For the third type of optimization where we leverage mutual information to optimize a subsystem, algorithmic thermodynamics tells us that the relevant notion is algorithmic mutual information. Importantly, algorithmic mutual information is an objective feature derivable from the physical states of the agent and subsystem: We need only consider how much the shortest description length of one system changes when the other is given, rather than whether they are “correlated” under some subjective distribution. In the Maxwell’s demon scenario, if the room’s gas configuration has low algorithmic entropy, the demon can use a short program to compute that configuration, thereby leveraging algorithmic mutual information to erase entropy in the room.
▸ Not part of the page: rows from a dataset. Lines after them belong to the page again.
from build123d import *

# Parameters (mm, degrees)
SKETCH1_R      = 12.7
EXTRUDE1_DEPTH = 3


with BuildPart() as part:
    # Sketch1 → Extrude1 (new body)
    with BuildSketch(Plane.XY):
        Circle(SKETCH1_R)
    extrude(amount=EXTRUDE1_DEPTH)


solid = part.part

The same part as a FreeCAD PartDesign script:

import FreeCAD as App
import Part
import Sketcher
Q = App.Units.Quantity

doc = App.newDocument("Part")
body = doc.addObject("PartDesign::Body", "Body")

sketch1 = body.newObject("Sketcher::SketchObject", "Sketch")
sketch1.AttachmentSupport = (doc.getObject("XY_Plane"), [""])
sketch1.MapMode = "FlatFace"
sketch1.addGeometry(Part.Circle(App.Vector(0, 0, 0), App.Vector(0, 0, 1), 13), False)
sketch1.addConstraint([
    Sketcher.Constraint("Coincident", 0, 3, -1, 1),
    Sketcher.Constraint("Diameter", 0, Q("25.4 mm")),
])
pad1 = body.newObject("PartDesign::Pad", "Pad")
pad1.Profile = sketch1
pad1.Length = 3

doc.recompute()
The duality we observed earlier appears again here: the Kolmogorov complexity of the room’s gas configuration both represents the minimal memory required to store measurements during Type 2 optimization, and represents the minimal amount of knowledge the demon needs to clear the room’s entropy during Type 3 optimization.
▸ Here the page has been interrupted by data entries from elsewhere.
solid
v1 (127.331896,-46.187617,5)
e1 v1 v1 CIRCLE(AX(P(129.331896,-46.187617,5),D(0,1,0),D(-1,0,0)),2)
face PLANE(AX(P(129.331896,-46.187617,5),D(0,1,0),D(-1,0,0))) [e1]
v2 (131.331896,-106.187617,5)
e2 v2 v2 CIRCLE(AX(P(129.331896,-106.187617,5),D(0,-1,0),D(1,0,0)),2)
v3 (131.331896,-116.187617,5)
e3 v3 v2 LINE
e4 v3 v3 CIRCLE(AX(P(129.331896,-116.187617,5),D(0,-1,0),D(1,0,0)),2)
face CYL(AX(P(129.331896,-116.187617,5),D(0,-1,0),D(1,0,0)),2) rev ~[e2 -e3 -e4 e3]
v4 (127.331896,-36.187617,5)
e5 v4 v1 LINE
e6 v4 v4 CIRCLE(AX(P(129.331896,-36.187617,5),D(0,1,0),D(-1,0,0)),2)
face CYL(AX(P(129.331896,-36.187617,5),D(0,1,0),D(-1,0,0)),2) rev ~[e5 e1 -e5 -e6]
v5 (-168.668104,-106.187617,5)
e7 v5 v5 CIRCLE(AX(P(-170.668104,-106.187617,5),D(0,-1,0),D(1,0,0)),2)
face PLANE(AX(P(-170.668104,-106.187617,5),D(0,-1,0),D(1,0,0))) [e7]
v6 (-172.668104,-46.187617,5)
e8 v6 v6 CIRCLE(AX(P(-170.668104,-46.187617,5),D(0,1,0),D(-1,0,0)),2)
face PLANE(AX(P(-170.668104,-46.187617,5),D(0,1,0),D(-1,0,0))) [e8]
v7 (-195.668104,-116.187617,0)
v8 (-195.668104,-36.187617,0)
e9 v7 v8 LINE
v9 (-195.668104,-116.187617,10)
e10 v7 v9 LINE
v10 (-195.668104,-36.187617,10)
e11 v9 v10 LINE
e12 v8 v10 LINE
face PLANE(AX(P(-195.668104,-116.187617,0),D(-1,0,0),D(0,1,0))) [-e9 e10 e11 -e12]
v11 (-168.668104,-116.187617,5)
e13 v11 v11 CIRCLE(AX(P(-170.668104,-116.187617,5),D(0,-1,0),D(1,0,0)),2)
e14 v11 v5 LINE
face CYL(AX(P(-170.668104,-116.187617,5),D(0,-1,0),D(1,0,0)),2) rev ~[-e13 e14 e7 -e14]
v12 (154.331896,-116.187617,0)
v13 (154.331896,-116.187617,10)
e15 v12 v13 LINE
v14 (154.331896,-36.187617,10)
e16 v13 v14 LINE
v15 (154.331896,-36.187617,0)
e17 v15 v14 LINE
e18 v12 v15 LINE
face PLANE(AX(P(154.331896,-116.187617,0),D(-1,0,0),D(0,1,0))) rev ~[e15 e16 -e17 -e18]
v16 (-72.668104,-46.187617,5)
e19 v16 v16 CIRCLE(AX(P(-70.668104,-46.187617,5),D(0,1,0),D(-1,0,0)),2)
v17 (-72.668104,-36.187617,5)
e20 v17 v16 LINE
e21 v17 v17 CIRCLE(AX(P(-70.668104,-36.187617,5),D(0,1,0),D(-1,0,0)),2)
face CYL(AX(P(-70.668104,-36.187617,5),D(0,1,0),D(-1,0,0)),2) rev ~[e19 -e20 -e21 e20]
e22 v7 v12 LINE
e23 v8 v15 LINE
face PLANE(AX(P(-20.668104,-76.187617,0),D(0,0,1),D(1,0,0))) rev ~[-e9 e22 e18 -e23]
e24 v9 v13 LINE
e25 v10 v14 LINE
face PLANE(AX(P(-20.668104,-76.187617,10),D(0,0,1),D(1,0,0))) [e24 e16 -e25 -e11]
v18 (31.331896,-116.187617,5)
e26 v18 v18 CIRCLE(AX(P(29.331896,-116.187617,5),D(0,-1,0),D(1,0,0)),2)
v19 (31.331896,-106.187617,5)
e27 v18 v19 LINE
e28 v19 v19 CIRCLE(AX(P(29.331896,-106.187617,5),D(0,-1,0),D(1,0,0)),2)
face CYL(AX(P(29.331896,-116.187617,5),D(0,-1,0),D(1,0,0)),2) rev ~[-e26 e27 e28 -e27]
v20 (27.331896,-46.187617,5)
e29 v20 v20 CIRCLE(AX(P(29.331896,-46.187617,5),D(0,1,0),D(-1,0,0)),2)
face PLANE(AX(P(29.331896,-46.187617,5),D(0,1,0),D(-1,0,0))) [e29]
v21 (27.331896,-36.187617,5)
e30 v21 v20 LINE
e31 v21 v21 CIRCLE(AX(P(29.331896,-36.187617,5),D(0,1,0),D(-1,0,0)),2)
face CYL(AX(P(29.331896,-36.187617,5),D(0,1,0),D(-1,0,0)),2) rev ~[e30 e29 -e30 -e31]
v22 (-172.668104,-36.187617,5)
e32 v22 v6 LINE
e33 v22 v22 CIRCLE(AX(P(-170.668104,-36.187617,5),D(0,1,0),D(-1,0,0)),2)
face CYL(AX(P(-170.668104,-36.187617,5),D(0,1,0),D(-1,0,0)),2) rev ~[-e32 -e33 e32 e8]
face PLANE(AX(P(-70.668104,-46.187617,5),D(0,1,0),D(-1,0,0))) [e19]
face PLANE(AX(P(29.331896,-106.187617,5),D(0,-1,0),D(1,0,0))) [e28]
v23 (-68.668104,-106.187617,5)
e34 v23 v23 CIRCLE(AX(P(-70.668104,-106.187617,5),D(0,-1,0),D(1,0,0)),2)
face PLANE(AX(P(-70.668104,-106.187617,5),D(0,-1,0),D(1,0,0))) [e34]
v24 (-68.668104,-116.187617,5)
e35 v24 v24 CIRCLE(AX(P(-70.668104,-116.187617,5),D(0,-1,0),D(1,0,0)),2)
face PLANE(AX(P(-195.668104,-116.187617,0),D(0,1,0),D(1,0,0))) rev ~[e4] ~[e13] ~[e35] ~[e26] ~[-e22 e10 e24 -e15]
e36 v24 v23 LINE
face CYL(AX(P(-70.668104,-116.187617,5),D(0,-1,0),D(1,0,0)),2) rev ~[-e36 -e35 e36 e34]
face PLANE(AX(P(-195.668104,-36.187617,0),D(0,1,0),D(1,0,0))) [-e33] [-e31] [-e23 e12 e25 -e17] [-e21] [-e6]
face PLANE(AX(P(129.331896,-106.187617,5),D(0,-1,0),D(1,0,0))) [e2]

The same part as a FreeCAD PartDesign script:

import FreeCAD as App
import Part
import Sketcher

doc = App.newDocument("Part")
body = doc.addObject("PartDesign::Body", "Body")

# Sketch on XY plane
sketch1 = body.newObject("Sketcher::SketchObject", "Sketch")
sketch1.AttachmentSupport = (doc.getObject("XY_Plane"), [""])
sketch1.MapMode = "FlatFace"
sketch1.addGeometry(Part.LineSegment(App.Vector(-195.668104, -36.187617, 0), App.Vector(-195.668104, -116.187617, 0)), False)
sketch1.addGeometry(Part.LineSegment(App.Vector(-195.668104, -116.187617, 0), App.Vector(154.331896, -116.187617, 0)), False)
sketch1.addGeometry(Part.LineSegment(App.Vector(154.331896, -116.187617, 0), App.Vector(154.331896, -36.187617, 0)), False)
sketch1.addGeometry(Part.LineSegment(App.Vector(154.331896, -36.187617, 0), App.Vector(-195.668104, -36.187617, 0)), False)
sketch1.addConstraint(Sketcher.Constraint("Coincident", 0, 2, 1, 1))
sketch1.addConstraint(Sketcher.Constraint("Coincident", 1, 2, 2, 1))
sketch1.addConstraint(Sketcher.Constraint("Coincident", 2, 2, 3, 1))
sketch1.addConstraint(Sketcher.Constraint("Coincident", 3, 2, 0, 1))
sketch1.addConstraint(Sketcher.Constraint("Vertical", 0))
sketch1.addConstraint(Sketcher.Constraint("Horizontal", 1))
sketch1.addConstraint(Sketcher.Constraint("Vertical", 2))
sketch1.addConstraint(Sketcher.Constraint("Horizontal", 3))
sketch1.addConstraint(Sketcher.Constraint("DistanceX", 1, 1, 1, 2, 350.0))
sketch1.addConstraint(Sketcher.Constraint("DistanceY", 0, 2, 0, 1, 80.0))
sketch1.addConstraint(Sketcher.Constraint("DistanceX", 0, 2, -1, 1, 195.668104))
sketch1.addConstraint(Sketcher.Constraint("DistanceY", 0, 2, -1, 1, 116.187617))
pad1 = body.newObject("PartDesign::Pad", "Pad")
pad1.Profile = sketch1
pad1.Length = 10

# Sketch on XZ plane
sketch2 = body.newObject("Sketcher::SketchObject", "Sketch001")
sketch2.AttachmentSupport = (doc.getObject("XZ_Plane"), [""])
sketch2.MapMode = "FlatFace"
sketch2.AttachmentOffset = App.Placement(App.Vector(0, 0, 116.187617), App.Rotation())
sketch2.addGeometry(Part.Circle(App.Vector(-170.668104, 5, 0), App.Vector(0, 0, 1), 2), False)
sketch2.addGeometry(Part.Circle(App.Vector(-70.668104, 5, 0), App.Vector(0, 0, 1), 2), False)
sketch2.addGeometry(Part.Circle(App.Vector(29.331896, 5, 0), App.Vector(0, 0, 1), 2), False)
sketch2.addGeometry(Part.Circle(App.Vector(129.331896, 5, 0), App.Vector(0, 0, 1), 2), False)
sketch2.addConstraint(Sketcher.Constraint("Equal", 0, 1))
sketch2.addConstraint(Sketcher.Constraint("Equal", 1, 2))
sketch2.addConstraint(Sketcher.Constraint("Equal", 2, 3))
sketch2.addConstraint(Sketcher.Constraint("Horizontal", 0, 3, 1, 3))
sketch2.addConstraint(Sketcher.Constraint("Horizontal", 1, 3, 2, 3))
sketch2.addConstraint(Sketcher.Constraint("Horizontal", 2, 3, 3, 3))
sketch2.addConstraint(Sketcher.Constraint("Diameter", 0, 4.0))
sketch2.addConstraint(Sketcher.Constraint("DistanceY", -1, 1, 0, 3, 5.0))
sketch2.addConstraint(Sketcher.Constraint("DistanceX", 0, 3, 1, 3, 100.0))
sketch2.addConstraint(Sketcher.Constraint("DistanceX", 1, 3, 2, 3, 100.0))
sketch2.addConstraint(Sketcher.Constraint("DistanceX", 2, 3, 3, 3, 100.0))
sketch2.addConstraint(Sketcher.Constraint("DistanceX", 0, 3, -1, 1, 170.668104))
pocket1 = body.newObject("PartDesign::Pocket", "Pocket")
pocket1.Profile = sketch2
pocket1.Length = 10

# Sketch on XZ plane
sketch3 = body.newObject("Sketcher::SketchObject", "Sketch002")
sketch3.AttachmentSupport = (doc.getObject("XZ_Plane"), [""])
sketch3.MapMode = "FlatFace"
sketch3.AttachmentOffset = App.Placement(App.Vector(0, 0, 36.187617), App.Rotation())
sketch3.addGeometry(Part.Circle(App.Vector(-170.668104, 5, 0), App.Vector(0, 0, 1), 2), False)
sketch3.addGeometry(Part.Circle(App.Vector(-70.668104, 5, 0), App.Vector(0, 0, 1), 2), False)
sketch3.addGeometry(Part.Circle(App.Vector(29.331896, 5, 0), App.Vector(0, 0, 1), 2), False)
sketch3.addGeometry(Part.Circle(App.Vector(129.331896, 5, 0), App.Vector(0, 0, 1), 2), False)
sketch3.addConstraint(Sketcher.Constraint("Equal", 0, 1))
sketch3.addConstraint(Sketcher.Constraint("Equal", 1, 2))
sketch3.addConstraint(Sketcher.Constraint("Equal", 2, 3))
sketch3.addConstraint(Sketcher.Constraint("Horizontal", 0, 3, 1, 3))
sketch3.addConstraint(Sketcher.Constraint("Horizontal", 1, 3, 2, 3))
sketch3.addConstraint(Sketcher.Constraint("Horizontal", 2, 3, 3, 3))
sketch3.addConstraint(Sketcher.Constraint("Diameter", 0, 4.0))
sketch3.addConstraint(Sketcher.Constraint("DistanceY", -1, 1, 0, 3, 5.0))
sketch3.addConstraint(Sketcher.Constraint("DistanceX", 0, 3, 1, 3, 100.0))
sketch3.addConstraint(Sketcher.Constraint("DistanceX", 1, 3, 2, 3, 100.0))
sketch3.addConstraint(Sketcher.Constraint("DistanceX", 2, 3, 3, 3, 100.0))
sketch3.addConstraint(Sketcher.Constraint("DistanceX", 0, 3, -1, 1, 170.668104))
pocket2 = body.newObject("PartDesign::Pocket", "Pocket001")
pocket2.Profile = sketch3
pocket2.Length = 10
pocket2.Reversed = True

doc.recompute()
More broadly, in agent foundations we often model agents as having subjective beliefs about the distribution of their environment; algorithmic thermodynamics reminds us that these beliefs must be physically encoded within the agent somehow, and this physical encoding has a definite amount of algorithmic mutual information with the environment, which objectively determines the agent’s capacity for optimization. This also clarifies the apparent subjectivity in traditional definitions of entropy: The subjectivity seemed problematic because when our subjective distribution over Maxwell’s demon’s memory states changes, it appears as though the demon’s actual capacity to perform optimization also changes. But when we update our subjective distribution, that update must be physically represented in our own minds—we have gained algorithmic mutual information with the demon’s memory state. This mutual information is real and can actually be leveraged to help free up the demon’s memory (via Type 3 optimization), which is why the demon seems to have more capacity to do work from our informed, embedded perspective.
Takeaways
Due to the second law and reversibility of physics, we cannot have reduction in global entropy, which means an agent can only perform optimization on a subsystem while total entropy production remains non-negative.
There are three ways this can happen: An agent can reduce entropy of a subsystem by expelling waste heat in the environment, absorbing entropy into its memory, or leveraging mutual information with the subsystem for optimization.
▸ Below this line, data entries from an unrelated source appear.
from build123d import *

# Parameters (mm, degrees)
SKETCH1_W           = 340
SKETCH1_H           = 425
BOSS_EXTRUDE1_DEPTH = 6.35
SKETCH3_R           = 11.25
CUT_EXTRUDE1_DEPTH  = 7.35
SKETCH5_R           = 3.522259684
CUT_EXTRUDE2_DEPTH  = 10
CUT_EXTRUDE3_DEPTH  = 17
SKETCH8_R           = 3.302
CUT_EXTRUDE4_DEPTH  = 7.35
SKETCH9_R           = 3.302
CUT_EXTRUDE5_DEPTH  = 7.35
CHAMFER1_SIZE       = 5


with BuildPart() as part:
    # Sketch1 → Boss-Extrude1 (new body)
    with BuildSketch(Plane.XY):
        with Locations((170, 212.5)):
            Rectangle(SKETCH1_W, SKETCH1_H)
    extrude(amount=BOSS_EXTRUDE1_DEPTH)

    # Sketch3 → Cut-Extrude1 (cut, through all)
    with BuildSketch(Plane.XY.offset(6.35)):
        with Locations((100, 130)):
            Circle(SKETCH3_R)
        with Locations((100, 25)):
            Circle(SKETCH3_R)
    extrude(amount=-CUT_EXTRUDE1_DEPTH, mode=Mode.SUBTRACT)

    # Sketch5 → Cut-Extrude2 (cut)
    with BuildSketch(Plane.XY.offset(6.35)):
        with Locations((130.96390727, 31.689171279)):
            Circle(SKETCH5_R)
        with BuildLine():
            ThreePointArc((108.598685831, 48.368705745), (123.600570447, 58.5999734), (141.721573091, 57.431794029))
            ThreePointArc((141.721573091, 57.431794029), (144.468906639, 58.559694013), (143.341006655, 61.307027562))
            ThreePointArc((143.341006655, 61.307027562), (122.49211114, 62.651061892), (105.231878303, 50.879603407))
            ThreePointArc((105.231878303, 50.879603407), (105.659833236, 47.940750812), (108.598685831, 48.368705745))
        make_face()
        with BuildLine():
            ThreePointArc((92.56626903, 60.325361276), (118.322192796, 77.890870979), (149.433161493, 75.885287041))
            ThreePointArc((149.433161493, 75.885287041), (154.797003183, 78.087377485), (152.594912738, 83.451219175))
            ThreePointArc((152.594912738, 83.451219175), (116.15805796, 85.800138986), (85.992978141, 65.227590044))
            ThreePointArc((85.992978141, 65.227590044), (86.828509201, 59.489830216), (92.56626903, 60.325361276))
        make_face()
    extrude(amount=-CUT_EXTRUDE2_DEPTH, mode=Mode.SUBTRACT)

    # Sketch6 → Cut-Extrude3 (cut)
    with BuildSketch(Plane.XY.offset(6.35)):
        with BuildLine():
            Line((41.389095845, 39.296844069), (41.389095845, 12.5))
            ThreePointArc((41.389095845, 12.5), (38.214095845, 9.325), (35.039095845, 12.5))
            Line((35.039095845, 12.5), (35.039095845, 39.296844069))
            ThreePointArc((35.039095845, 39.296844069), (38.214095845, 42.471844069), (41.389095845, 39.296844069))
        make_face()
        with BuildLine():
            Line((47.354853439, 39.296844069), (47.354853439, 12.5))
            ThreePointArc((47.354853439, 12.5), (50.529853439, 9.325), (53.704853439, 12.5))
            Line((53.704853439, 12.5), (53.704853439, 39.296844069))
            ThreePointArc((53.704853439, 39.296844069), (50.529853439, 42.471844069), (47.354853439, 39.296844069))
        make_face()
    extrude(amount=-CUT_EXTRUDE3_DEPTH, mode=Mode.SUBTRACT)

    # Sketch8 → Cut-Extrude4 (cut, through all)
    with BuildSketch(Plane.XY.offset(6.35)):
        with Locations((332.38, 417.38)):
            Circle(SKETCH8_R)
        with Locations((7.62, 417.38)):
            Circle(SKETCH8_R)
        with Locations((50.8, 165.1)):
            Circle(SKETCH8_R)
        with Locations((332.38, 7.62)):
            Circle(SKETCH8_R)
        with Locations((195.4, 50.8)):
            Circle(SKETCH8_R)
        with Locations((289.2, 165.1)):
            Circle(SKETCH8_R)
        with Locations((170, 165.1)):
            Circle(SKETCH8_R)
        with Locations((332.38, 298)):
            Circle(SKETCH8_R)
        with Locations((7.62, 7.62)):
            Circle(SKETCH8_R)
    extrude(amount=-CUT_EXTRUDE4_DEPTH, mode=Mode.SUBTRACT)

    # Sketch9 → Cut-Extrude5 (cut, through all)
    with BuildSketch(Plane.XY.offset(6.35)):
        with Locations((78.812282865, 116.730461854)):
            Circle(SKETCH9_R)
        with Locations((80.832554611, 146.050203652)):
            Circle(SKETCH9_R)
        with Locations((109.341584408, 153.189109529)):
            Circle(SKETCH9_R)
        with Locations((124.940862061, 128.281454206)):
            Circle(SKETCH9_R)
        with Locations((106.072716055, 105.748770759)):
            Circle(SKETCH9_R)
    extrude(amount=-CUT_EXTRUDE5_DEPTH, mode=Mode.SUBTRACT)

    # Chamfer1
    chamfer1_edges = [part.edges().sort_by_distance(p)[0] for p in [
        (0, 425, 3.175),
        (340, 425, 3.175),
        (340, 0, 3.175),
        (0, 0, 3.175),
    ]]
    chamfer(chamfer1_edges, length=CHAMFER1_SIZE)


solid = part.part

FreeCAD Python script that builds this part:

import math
import FreeCAD as App
import Part
import Sketcher

V = App.Vector


def edges_at(feature, points):
    """Names of the edges that pass closest to the given points."""
    edges = feature.Shape.Edges
    near = lambda p: min(range(len(edges)), key=lambda i: edges[i].distToShape(Part.Vertex(*p))[0])
    return sorted({f"Edge{near(p) + 1}" for p in points})

doc = App.newDocument("Part")
body = doc.addObject("PartDesign::Body", "Body")

# Sketch on XY plane
sketch1 = doc.addObject("Sketcher::SketchObject", "Sketch")
body.addObject(sketch1)
sketch1.AttachmentSupport = (doc.XY_Plane, [""])
sketch1.MapMode = "FlatFace"
sketch1.addGeometry([
    Part.LineSegment(V(0, 425, 0), V(0, 0, 0)),
    Part.LineSegment(V(0, 0, 0), V(340, 0, 0)),
    Part.LineSegment(V(340, 0, 0), V(340, 425, 0)),
    Part.LineSegment(V(340, 425, 0), V(0, 425, 0)),
], False)
sketch1.addConstraint([
    Sketcher.Constraint("Coincident", 0, 2, 1, 1),
    Sketcher.Constraint("Coincident", 1, 2, 2, 1),
    Sketcher.Constraint("Coincident", 2, 2, 3, 1),
    Sketcher.Constraint("Coincident", 3, 2, 0, 1),
    Sketcher.Constraint("Vertical", 0),
    Sketcher.Constraint("Horizontal", 1),
    Sketcher.Constraint("Vertical", 2),
    Sketcher.Constraint("Horizontal", 3),
    Sketcher.Constraint("Coincident", 0, 2, -1, 1),
    Sketcher.Constraint("DistanceX", 1, 1, 1, 2, 340.0),
    Sketcher.Constraint("DistanceY", 0, 2, 0, 1, 425.0),
])
pad1 = doc.addObject("PartDesign::Pad", "Pad")
body.addObject(pad1)
pad1.Profile = sketch1
pad1.Length = 6.35

# Sketch on XY plane
sketch2 = doc.addObject("Sketcher::SketchObject", "Sketch001")
body.addObject(sketch2)
sketch2.AttachmentSupport = (doc.XY_Plane, [""])
sketch2.MapMode = "FlatFace"
sketch2.AttachmentOffset = App.Placement(V(0, 0, 6.35), App.Rotation())
sketch2.addGeometry([
    Part.Circle(V(100, 130, 0), V(0, 0, 1), 11.25),
    Part.Circle(V(100, 25, 0), V(0, 0, 1), 11.25),
], False)
sketch2.addConstraint([
    Sketcher.Constraint("Equal", 0, 1),
    Sketcher.Constraint("Vertical", 0, 3, 1, 3),
    Sketcher.Constraint("Diameter", 0, 22.5),
    Sketcher.Constraint("DistanceX", -1, 1, 0, 3, 100.0),
    Sketcher.Constraint("DistanceY", -1, 1, 0, 3, 130.0),
    Sketcher.Constraint("DistanceY", -1, 1, 1, 3, 25.0),
])
pocket1 = doc.addObject("PartDesign::Pocket", "Pocket")
body.addObject(pocket1)
pocket1.Profile = sketch2
pocket1.Type = "ThroughAll"

# Sketch on XY plane
sketch3 = doc.addObject("Sketcher::SketchObject", "Sketch002")
body.addObject(sketch3)
sketch3.AttachmentSupport = (doc.XY_Plane, [""])
sketch3.MapMode = "FlatFace"
sketch3.AttachmentOffset = App.Placement(V(0, 0, 6.35), App.Rotation())
sketch3.addGeometry([
    Part.Circle(V(130.963907, 31.689171, 0), V(0, 0, 1), 3.52226),  # 0
    Part.ArcOfCircle(Part.Circle(V(130.963907, 31.689171, 0), V(0, 0, 1), 27.9), math.radians(67.320284), math.radians(143.285161)),  # 1
    Part.ArcOfCircle(Part.Circle(V(142.53129, 59.369411, 0), V(0, 0, 1), 2.1), math.radians(-112.679716), math.radians(67.320284)),  # 2
    Part.ArcOfCircle(Part.Circle(V(130.963907, 31.689171, 0), V(0, 0, 1), 32.1), math.radians(67.320284), math.radians(143.285161)),  # 3
    Part.ArcOfCircle(Part.Circle(V(106.915282, 49.624155, 0), V(0, 0, 1), 2.1), math.radians(143.285161), math.radians(323.285161)),  # 4
    Part.ArcOfCircle(Part.Circle(V(130.963907, 31.689171, 0), V(0, 0, 1), 47.9), math.radians(67.320284), math.radians(143.285161)),  # 5
    Part.ArcOfCircle(Part.Circle(V(151.014037, 79.668253, 0), V(0, 0, 1), 4.1), math.radians(-112.679716), math.radians(67.320284)),  # 6
    Part.ArcOfCircle(Part.Circle(V(130.963907, 31.689171, 0), V(0, 0, 1), 56.1), math.radians(67.320284), math.radians(143.285161)),  # 7
    Part.ArcOfCircle(Part.Circle(V(89.279624, 62.776476, 0), V(0, 0, 1), 4.1), math.radians(143.285161), math.radians(323.285161)),  # 8
], False)
sketch3.addConstraint([
    Sketcher.Constraint("Tangent", 1, 1, 2, 1),
    Sketcher.Constraint("Tangent", 2, 2, 3, 1),
    Sketcher.Constraint("Tangent", 3, 2, 4, 1),
    Sketcher.Constraint("Tangent", 4, 2, 1, 2),
    Sketcher.Constraint("Tangent", 5, 1, 6, 1),
    Sketcher.Constraint("Tangent", 6, 2, 7, 1),
    Sketcher.Constraint("Tangent", 7, 2, 8, 1),
    Sketcher.Constraint("Tangent", 8, 2, 5, 2),
    Sketcher.Constraint("Coincident", 1, 3, 0, 3),
    Sketcher.Constraint("Coincident", 3, 3, 0, 3),
    Sketcher.Constraint("Coincident", 5, 3, 0, 3),
    Sketcher.Constraint("Coincident", 7, 3, 0, 3),
    Sketcher.Constraint("Radius", 1, 27.9),
    Sketcher.Constraint("Radius", 2, 2.1),
    Sketcher.Constraint("Radius", 5, 47.9),
    Sketcher.Constraint("Radius", 6, 4.1),
    Sketcher.Constraint("Diameter", 0, 7.044519),
    Sketcher.Constraint("DistanceX", 5, 3, 2, 2, 12.377099),
    Sketcher.Constraint("DistanceX", 7, 2, 3, 2, 19.2389),
    Sketcher.Constraint("DistanceY", -1, 1, 0, 3, 31.689171),
    Sketcher.Constraint("DistanceX", -1, 1, 2, 3, 142.53129),
    Sketcher.Constraint("DistanceX", -1, 1, 3, 2, 105.231878),
    Sketcher.Constraint("DistanceX", -1, 1, 5, 1, 149.433161),
])
pocket2 = doc.addObject("PartDesign::Pocket", "Pocket001")
body.addObject(pocket2)
pocket2.Profile = sketch3
pocket2.Length = 10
Entropy is supposed to measure a system’s capacity to perform optimization. Algorithmic entropy makes this an objective property of the individual state.
Under this reframing of entropy, algorithmic thermodynamics allows us to leverage universal computation to compress the waste heat produced in Type 1 optimization, and save the memory required in Type 2 optimization as well as the bits of knowledge required in Type 3 optimization.
Theorem 1 in Aram Ebtekar and Marcus Hutter. Foundations of algorithmic thermodynamics. arXiv preprint arXiv:2308.06927, 2024.
Engines of cognition explains the same idea
Page 5 of Aram Ebtekar and Marcus Hutter. Foundations of algorithmic thermodynamics. arXiv preprint arXiv:2308.06927, 2024.